Lei Feng (1940-1962) was a soldier in the Peoples Liberation Army, who, post-mortem, was singled out and promoted as a role model by no less than Mao Zedong himself.  His near mythic acts of selflessness (he darned his comrades' socks!  he sewed quilts for others!  he hauled heavy loads of manure!) earned him a feast day on the Chinese calendar.   March 5 is now known as Learn From Lei Feng Day.  The 5 months I was in Beijing, I learned that just about every one has a strong feeling about Lei Feng.  He is seen as either the uncomplaining young man who helped old ladies cross the street, or as a propaganda tool minted for the darkest times of recent Chinese history - the Cultural Revolution.  His cult has been revived in part to combat the excessive selfishness that has emerged with the get rich at any cost mentality.  Like any myth or legend, I believe he falls somewhere in between.

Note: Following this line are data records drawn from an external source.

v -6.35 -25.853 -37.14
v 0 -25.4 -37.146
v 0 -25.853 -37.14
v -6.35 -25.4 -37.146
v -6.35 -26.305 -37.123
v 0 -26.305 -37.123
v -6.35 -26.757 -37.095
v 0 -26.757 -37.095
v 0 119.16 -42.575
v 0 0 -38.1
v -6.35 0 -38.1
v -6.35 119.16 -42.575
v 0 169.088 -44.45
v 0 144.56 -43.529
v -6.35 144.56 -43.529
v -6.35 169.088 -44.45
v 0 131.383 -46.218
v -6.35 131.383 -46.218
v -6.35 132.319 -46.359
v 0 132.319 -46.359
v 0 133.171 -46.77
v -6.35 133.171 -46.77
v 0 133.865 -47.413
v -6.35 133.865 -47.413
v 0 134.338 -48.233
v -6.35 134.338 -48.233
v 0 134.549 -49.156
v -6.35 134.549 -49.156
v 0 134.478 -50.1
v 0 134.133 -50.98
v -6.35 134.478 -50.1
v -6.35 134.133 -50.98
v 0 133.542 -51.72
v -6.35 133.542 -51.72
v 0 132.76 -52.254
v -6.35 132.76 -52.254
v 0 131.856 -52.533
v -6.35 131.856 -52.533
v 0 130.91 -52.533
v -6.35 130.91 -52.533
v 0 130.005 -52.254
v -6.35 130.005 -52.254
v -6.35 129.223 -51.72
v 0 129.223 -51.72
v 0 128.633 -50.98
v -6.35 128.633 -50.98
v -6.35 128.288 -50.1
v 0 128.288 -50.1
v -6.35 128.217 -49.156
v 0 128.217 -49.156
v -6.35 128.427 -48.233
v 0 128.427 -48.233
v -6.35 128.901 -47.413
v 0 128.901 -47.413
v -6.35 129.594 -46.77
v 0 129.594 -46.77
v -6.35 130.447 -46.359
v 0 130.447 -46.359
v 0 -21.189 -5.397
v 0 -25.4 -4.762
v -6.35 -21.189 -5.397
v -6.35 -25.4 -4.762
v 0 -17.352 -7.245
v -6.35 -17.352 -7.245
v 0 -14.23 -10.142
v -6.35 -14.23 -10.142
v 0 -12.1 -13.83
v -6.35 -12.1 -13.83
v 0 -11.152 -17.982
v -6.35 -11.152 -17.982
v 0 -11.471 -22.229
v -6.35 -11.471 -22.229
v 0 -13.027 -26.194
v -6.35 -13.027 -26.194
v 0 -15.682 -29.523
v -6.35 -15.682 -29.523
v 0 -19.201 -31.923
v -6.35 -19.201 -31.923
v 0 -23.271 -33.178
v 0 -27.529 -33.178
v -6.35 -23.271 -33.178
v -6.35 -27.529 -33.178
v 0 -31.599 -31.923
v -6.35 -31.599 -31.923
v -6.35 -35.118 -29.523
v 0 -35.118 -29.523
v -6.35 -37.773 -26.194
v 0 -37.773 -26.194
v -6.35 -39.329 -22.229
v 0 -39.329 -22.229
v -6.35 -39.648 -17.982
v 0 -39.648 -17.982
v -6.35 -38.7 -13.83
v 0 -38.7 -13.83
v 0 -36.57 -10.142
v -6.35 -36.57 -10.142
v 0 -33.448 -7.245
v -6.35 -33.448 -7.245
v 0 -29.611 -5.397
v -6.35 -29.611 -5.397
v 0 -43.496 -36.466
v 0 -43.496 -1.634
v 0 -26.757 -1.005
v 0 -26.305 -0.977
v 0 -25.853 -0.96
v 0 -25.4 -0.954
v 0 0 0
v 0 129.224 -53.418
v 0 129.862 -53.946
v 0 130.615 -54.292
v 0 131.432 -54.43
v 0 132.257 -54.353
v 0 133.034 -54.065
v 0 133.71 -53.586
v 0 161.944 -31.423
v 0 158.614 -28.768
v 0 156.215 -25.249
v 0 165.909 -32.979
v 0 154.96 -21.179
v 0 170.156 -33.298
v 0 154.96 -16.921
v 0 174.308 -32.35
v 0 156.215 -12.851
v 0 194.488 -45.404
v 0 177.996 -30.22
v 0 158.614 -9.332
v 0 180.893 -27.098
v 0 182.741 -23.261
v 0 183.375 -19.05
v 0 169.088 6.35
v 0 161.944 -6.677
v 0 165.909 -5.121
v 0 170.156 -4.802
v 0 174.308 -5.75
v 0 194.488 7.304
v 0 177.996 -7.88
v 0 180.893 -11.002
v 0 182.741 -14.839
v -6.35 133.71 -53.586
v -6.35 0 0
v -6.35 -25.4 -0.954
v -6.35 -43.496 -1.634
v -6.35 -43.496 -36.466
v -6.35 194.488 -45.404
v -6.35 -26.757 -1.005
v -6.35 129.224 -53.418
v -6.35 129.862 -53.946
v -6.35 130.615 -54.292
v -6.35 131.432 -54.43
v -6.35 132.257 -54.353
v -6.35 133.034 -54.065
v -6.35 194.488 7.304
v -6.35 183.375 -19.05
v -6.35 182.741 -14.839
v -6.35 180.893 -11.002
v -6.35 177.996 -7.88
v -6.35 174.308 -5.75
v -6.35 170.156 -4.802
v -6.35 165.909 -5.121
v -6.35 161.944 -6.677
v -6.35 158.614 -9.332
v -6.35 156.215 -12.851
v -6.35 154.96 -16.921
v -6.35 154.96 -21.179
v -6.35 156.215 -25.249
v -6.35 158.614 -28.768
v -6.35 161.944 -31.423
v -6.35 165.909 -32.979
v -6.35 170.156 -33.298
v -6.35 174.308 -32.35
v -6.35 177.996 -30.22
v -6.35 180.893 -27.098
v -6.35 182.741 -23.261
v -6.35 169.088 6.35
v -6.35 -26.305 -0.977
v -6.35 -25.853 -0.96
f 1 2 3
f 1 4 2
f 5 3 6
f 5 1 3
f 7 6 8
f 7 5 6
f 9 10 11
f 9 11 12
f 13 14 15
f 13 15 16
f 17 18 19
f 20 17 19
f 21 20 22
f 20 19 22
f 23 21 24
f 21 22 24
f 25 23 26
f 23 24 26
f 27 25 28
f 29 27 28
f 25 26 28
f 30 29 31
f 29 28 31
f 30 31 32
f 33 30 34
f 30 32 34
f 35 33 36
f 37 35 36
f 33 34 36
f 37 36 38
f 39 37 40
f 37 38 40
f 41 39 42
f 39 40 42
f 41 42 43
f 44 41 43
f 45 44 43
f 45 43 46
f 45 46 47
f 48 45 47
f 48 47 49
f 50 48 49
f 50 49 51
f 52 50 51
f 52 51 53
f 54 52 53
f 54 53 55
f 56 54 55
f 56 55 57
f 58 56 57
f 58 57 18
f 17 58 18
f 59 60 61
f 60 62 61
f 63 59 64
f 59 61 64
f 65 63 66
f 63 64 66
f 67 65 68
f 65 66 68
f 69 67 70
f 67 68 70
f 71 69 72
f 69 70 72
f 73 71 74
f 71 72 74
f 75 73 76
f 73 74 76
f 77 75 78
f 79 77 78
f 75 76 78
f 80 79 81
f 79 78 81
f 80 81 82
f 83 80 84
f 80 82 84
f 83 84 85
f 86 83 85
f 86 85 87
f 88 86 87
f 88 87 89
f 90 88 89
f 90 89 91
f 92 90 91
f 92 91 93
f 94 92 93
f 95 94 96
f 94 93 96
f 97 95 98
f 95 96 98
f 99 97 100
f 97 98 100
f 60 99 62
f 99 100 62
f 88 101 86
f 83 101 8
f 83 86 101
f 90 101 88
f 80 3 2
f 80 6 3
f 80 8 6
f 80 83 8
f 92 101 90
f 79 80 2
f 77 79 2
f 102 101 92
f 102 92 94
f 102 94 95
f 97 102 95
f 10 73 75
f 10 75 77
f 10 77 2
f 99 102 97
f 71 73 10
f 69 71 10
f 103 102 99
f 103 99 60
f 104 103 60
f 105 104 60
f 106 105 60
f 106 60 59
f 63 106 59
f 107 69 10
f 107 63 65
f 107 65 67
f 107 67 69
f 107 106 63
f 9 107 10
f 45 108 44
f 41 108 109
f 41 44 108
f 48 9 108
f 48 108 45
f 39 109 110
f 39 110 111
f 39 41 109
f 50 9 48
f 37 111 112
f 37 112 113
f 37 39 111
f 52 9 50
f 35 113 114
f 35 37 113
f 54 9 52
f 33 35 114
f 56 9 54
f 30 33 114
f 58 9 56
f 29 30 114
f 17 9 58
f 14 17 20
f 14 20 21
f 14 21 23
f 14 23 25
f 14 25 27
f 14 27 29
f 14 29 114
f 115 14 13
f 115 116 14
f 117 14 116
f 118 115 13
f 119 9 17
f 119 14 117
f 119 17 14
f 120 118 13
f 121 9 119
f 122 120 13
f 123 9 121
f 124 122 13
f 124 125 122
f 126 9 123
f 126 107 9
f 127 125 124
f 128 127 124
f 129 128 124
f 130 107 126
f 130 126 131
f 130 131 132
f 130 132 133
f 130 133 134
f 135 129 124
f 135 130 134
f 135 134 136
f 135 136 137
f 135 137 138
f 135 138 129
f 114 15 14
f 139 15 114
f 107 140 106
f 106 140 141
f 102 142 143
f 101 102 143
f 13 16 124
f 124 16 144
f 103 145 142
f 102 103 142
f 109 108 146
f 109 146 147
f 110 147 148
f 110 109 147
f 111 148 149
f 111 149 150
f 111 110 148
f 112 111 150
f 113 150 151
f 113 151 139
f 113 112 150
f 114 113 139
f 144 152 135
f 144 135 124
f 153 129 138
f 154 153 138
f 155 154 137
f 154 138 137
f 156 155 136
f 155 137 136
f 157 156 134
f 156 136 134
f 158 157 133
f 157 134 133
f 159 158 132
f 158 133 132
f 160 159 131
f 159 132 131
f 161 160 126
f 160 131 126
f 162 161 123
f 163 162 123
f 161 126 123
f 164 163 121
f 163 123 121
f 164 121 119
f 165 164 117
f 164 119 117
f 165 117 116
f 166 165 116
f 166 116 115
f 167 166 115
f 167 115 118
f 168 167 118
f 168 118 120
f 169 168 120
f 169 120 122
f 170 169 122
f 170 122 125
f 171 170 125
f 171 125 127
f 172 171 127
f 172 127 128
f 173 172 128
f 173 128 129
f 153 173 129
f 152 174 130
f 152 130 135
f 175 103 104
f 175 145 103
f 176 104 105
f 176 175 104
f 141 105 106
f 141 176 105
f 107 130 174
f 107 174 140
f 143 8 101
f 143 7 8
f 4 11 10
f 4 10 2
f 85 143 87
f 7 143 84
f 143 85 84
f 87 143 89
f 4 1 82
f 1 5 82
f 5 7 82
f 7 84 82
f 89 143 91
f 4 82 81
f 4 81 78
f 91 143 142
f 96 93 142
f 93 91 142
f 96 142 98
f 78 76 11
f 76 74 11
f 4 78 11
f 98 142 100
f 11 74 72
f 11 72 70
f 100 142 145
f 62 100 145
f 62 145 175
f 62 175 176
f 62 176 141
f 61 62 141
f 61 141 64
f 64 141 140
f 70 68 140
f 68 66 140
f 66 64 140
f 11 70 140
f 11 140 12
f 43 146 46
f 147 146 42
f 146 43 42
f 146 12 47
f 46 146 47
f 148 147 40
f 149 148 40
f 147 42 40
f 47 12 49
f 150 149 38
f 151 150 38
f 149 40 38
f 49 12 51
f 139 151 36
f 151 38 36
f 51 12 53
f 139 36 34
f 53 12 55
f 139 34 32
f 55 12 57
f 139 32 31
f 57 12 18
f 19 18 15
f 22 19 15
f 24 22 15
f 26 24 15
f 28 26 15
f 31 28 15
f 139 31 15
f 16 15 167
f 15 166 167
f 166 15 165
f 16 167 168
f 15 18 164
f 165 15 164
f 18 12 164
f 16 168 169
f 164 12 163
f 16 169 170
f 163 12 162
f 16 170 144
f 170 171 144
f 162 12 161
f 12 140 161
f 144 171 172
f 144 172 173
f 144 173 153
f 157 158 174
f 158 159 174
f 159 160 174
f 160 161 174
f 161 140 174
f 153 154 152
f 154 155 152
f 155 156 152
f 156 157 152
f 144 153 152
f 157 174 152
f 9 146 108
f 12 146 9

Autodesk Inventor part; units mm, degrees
ref_plane "YZ Plane" through (0, 0, 0) normal (1, 0, 0) x (0, 1, 0)
ref_plane "XZ Plane" through (0, 0, 0) normal (0, 1, 0) x (-1, 0, 0)
ref_plane "XY Plane" through (0, 0, 0) normal (0, 0, 1) x (1, 0, 0)
sketch "Sketch1" plane through (0, 0, 0) normal (1, 0, 0) x (0, 1, 0)
  line L0 (0, -38.1) -> (169.0878, -44.45)
  line L1 (169.0878, -44.45) -> (169.0878, 6.35)
  line L2 (169.0878, 6.35) -> (0, 0)
  line L3 (0, 0) -> (0, -38.1)
  arc A0 (169.0878, -44.45) -> (169.0878, 6.35) centre (169.0878, -19.05) ccw
  circle A1 centre (169.0878, -19.05) radius 14.2875
  point P0 (0, -19.05)
  point P1 (169.0878, -33.3375)
  point P2 (169.0878, -4.7625)
  dimension "d3" = 50.8
  dimension "d4" = 38.1
  dimension "d5" = 28.575
  dimension "d9" = 169.0878
extrude "Extrusion1" add sketch "Sketch1" against normal blind 6.35 contours L3 L2 L1 A1 L0 | L1 A1 A0
sketch "Sketch3" plane through (-6.35, 0, 0) normal (-1, 0, 0) x (0, 0, 1)
  line L0 (-38.1, 0) -> (0, 0) projected
  line L1 (0, 0) -> (-0.9539, -25.4)
  line L2 (-44.45, 169.0878) -> (-38.1, 0) projected
  line L3 (-38.1, 0) -> (-37.1461, -25.4)
  line L4 (0, 0) -> (6.35, 169.0878) projected
  line L5 (-37.1461, -25.4) -> (-0.9539, -25.4)
  arc A0 (-37.1461, -25.4) -> (-0.9539, -25.4) centre (-19.05, -25.4) ccw
  circle A1 centre (-19.05, -25.4) radius 14.2875
  dimension "d12" = 25.4
  dimension "d13" = 28.575
extrude "Extrusion2" add sketch "Sketch3" against normal blind 6.35 contours L0 L1 L5 A1 L3 | L5 A1 A0
sketch "Sketch4" plane through (-6.35, 0, 0) normal (-1, 0, 0) x (0, 0, 1)
  line L0 (6.35, 169.0878) -> (-0.9539, -25.4) projected
  line L1 (-0.9539, -25.4) -> (-1.6335, -43.4961)
  line L2 (-37.1461, -25.4) -> (-44.45, 169.0878) projected
  line L3 (-37.1461, -25.4) -> (-36.4665, -43.4961)
  arc A0 (-37.1461, -25.4) -> (-0.9539, -25.4) centre (-19.05, -25.4) ccw projected
  line L4 (-1.6335, -43.4961) -> (-36.4665, -43.4961)
  line L5 (6.35, 169.0878) -> (7.3039, 194.4878)
  line L6 (-44.45, 169.0878) -> (-45.4039, 194.4878)
  arc A1 (6.35, 169.0878) -> (-44.45, 169.0878) centre (-19.05, 169.0878) ccw projected
  line L7 (7.3039, 194.4878) -> (-45.4039, 194.4878)
  point P0 (0, 0)
  point P1 (-19.05, -43.4961)
  point P2 (-19.05, -43.4961)
  point P3 (-19.05, 194.4878)
  point P4 (-19.05, 194.4878)
  point P5 (-19.05, -43.4961)
  point P6 (-1.0049, -26.7573)
  point P7 (-37.0951, -26.7573)
  point P8 (-19.05, 194.4878)
extrude "Extrusion3" add sketch "Sketch4" against normal blind 6.35 contours A1 L7 L5 | A1 L6 L7 | L1 L4 A0 | L4 L3 A0
sketch "Sketch5" plane through (-6.35, 0, 0) normal (-1, 0, 0) x (0, 0, 1)
  circle A0 centre (-49.393, 131.3829) radius 3.175
  line L0 (-36.4665, -43.4961) -> (-1.6335, -43.4961) projected
  line L1 (-0.9539, -25.4) -> (7.3039, 194.4878) projected
  line L2 (-45.4039, 194.4878) -> (-37.1461, -25.4) projected
  line L3 (-43.5289, 144.5595) -> (-55.743, 131.3829)
  line L4 (-55.743, 131.3829) -> (-42.575, 119.1595)
  point P0 (0, 0)
  dimension "d18" = 6.35
  dimension "d19" = 174.879
  dimension "d29" = 25.4
  dimension "d30" = 12.7
  dimension "d31" = 6.35
extrude "Extrusion4" add sketch "Sketch5" against normal blind 6.35
fillet "Fillet1" radius 3.175 1 edges at (-3.175, 131.3829, -55.743)
properties part number "Intake - Side Panel"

And like any myth or legend, there is an accumulation of imagery that is available to explore.  Inexplicably there are photos of Lei Feng worthy of a Hollywood studio.  High wattage light drenching the scene with hard cast shadows replaced earlier, humbler depictions of his actions.  But it is his cherubic face with his eyes gazing straight out that I zeroed in on.

The China of Lei Feng has changed beyond recognition; the analog has been superseded by the digital.  Thrift is ignored as consumerism is encouraged.  In the village of Shangyuan, about 30km  north of Beijing, I installed a hand painted lo-rez image of Lei Feng.  Each 'pixel' is a 4cm x 4cm square of painted paper. Confusing up close, Lei Feng is only seen from a distance.

Christopher Pelley,  Lei Feng From a Distance   2014

Everything is made in China and in quantities beyond comprehension, feeding the world's appetite for cheap goods and the domestic consumption of 1.4 billion people.  Who mends  a pair of socks today? This lo-rez image of Lei Feng was made from over 600 pairs.

Christopher Pelley,  He Darned His Comrades' Socks   2014
The propaganda department during the years of the Cultural Revolution wove the narrative of this fine young soldier's devotion to the welfare of others with his devotion to the words of Mao.  It was these years that saw the Great Leap Forward result in the deaths of millions of peasants as their farm implements were melted to satisfy iron production quotas set by the central government.  I began painting the image of Lei Feng on shovels.  When asked by a visiting guest if these works were political, I could only reply that all works and all decisions are in some way political.....

Christopher Pelley,  Shoveling Dung  2014

Every good hero dies at the end of the story.  Lei Feng was killed at age 22 when, while directing a fellow soldier backing up a truck, a telephone pole was struck and fell on our comrade.